(Entries taken from a collection)
- - -
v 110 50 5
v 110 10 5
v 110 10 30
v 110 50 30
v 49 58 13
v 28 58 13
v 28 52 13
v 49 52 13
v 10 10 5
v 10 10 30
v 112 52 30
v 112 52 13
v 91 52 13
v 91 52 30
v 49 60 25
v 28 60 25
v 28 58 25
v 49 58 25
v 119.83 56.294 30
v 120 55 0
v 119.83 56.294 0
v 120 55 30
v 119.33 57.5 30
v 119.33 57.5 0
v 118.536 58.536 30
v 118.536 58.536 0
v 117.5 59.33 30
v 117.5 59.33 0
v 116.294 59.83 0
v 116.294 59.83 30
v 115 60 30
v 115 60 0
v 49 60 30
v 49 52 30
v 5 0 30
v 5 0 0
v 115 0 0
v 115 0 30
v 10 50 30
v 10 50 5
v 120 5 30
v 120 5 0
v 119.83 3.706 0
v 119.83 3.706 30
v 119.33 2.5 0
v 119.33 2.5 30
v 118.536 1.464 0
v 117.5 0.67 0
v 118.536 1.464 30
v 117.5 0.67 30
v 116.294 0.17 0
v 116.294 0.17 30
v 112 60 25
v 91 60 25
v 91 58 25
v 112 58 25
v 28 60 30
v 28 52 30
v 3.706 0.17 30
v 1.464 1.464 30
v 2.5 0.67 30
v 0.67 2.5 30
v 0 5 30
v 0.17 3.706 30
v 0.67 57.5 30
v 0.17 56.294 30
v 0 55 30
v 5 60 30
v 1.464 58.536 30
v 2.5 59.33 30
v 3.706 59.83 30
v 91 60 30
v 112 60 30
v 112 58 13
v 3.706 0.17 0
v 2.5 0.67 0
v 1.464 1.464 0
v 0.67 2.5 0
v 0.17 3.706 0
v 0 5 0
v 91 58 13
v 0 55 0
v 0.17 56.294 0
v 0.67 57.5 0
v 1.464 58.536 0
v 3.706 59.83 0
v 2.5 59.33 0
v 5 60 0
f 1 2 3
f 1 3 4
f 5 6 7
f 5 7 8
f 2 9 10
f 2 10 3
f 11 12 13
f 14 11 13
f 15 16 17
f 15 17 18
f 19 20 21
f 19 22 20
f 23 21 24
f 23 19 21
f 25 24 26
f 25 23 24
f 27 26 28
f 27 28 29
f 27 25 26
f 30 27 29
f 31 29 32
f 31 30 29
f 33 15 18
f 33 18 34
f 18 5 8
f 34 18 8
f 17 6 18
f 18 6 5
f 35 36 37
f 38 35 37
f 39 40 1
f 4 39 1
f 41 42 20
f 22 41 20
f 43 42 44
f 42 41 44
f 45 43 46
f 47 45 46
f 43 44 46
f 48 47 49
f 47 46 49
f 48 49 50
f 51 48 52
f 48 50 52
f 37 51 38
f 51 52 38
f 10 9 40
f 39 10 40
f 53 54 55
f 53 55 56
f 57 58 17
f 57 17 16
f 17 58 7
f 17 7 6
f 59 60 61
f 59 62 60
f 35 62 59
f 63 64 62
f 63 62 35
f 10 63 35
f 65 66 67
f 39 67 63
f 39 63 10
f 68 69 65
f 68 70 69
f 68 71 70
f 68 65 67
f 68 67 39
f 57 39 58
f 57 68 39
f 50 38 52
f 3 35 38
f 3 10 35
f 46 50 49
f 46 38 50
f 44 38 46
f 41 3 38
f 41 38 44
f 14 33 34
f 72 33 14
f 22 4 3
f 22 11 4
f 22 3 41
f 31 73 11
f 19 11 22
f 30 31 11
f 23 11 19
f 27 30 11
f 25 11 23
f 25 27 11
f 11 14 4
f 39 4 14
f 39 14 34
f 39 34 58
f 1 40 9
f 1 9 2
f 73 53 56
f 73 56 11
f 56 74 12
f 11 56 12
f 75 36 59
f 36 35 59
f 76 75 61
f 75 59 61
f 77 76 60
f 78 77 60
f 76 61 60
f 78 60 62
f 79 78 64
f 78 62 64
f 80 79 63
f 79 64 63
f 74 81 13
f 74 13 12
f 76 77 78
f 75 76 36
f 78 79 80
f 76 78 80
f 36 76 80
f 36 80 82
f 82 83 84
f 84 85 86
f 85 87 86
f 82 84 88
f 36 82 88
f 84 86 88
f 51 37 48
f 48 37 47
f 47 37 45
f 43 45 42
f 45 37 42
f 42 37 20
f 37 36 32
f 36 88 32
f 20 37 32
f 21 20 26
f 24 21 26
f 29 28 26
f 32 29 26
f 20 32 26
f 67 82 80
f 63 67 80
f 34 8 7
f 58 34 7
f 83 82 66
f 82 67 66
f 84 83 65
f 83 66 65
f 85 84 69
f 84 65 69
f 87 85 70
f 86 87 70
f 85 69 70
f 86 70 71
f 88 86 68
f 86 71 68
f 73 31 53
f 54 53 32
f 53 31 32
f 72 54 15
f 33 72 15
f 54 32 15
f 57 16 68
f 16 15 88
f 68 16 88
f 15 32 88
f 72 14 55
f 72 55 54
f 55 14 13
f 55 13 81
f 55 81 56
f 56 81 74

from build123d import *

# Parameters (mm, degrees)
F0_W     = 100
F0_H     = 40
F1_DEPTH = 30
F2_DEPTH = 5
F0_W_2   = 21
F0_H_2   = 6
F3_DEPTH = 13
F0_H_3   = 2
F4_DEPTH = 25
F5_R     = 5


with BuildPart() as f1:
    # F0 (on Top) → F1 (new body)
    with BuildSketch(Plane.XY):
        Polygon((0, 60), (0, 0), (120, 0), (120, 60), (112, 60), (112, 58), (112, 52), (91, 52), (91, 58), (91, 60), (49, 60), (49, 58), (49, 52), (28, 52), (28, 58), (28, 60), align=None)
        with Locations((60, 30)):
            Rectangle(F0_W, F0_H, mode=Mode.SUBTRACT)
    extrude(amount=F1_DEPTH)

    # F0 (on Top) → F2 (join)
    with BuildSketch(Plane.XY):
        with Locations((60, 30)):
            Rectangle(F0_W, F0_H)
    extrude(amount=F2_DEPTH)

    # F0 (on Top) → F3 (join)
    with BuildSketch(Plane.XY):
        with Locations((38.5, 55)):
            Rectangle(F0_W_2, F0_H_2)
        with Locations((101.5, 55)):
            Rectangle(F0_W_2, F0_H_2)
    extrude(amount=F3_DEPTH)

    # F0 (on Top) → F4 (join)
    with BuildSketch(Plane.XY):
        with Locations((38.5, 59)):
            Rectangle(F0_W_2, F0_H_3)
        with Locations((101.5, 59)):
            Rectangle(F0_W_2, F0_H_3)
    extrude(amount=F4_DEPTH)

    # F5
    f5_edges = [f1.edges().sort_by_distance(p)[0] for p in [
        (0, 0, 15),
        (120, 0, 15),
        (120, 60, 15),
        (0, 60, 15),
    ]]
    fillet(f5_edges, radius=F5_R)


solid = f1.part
- - -
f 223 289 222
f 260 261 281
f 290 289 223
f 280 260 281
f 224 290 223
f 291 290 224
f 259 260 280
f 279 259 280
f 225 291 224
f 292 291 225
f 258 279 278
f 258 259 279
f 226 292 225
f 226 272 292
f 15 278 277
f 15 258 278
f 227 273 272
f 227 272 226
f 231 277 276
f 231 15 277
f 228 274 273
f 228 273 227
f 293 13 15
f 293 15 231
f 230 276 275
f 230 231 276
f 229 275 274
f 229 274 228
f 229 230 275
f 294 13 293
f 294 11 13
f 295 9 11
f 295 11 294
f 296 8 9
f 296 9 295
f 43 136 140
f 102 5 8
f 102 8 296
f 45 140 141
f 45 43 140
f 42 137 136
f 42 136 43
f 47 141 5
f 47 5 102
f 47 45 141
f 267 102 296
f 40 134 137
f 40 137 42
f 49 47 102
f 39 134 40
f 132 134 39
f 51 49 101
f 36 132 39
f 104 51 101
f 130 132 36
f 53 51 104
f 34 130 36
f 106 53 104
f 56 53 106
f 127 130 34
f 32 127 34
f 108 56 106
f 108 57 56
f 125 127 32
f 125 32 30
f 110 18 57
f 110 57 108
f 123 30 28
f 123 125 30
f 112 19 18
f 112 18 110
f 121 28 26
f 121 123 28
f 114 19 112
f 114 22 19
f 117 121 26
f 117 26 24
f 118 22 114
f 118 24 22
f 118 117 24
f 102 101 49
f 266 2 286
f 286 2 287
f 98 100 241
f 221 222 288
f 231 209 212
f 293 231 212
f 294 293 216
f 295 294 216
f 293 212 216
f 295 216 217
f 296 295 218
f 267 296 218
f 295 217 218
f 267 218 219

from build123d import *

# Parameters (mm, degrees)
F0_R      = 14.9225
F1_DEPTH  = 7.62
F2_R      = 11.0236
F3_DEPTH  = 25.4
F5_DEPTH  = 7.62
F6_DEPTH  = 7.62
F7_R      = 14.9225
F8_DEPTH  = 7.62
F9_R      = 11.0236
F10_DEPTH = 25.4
- - -
### WORK INSTRUCTION
Starting at the line that has "f 228 274 273" and ending at the line that has "F10_DEPTH = 25.4", please write out the lines above exactly, leaving out all others.

### TASK RESPONSE
f 228 274 273
f 228 273 227
f 293 13 15
f 293 15 231
f 230 276 275
f 230 231 276
f 229 275 274
f 229 274 228
f 229 230 275
f 294 13 293
f 294 11 13
f 295 9 11
f 295 11 294
f 296 8 9
f 296 9 295
f 43 136 140
f 102 5 8
f 102 8 296
f 45 140 141
f 45 43 140
f 42 137 136
f 42 136 43
f 47 141 5
f 47 5 102
f 47 45 141
f 267 102 296
f 40 134 137
f 40 137 42
f 49 47 102
f 39 134 40
f 132 134 39
f 51 49 101
f 36 132 39
f 104 51 101
f 130 132 36
f 53 51 104
f 34 130 36
f 106 53 104
f 56 53 106
f 127 130 34
f 32 127 34
f 108 56 106
f 108 57 56
f 125 127 32
f 125 32 30
f 110 18 57
f 110 57 108
f 123 30 28
f 123 125 30
f 112 19 18
f 112 18 110
f 121 28 26
f 121 123 28
f 114 19 112
f 114 22 19
f 117 121 26
f 117 26 24
f 118 22 114
f 118 24 22
f 118 117 24
f 102 101 49
f 266 2 286
f 286 2 287
f 98 100 241
f 221 222 288
f 231 209 212
f 293 231 212
f 294 293 216
f 295 294 216
f 293 212 216
f 295 216 217
f 296 295 218
f 267 296 218
f 295 217 218
f 267 218 219

from build123d import *

# Parameters (mm, degrees)
F0_R      = 14.9225
F1_DEPTH  = 7.62
F2_R      = 11.0236
F3_DEPTH  = 25.4
F5_DEPTH  = 7.62
F6_DEPTH  = 7.62
F7_R      = 14.9225
F8_DEPTH  = 7.62
F9_R      = 11.0236
F10_DEPTH = 25.4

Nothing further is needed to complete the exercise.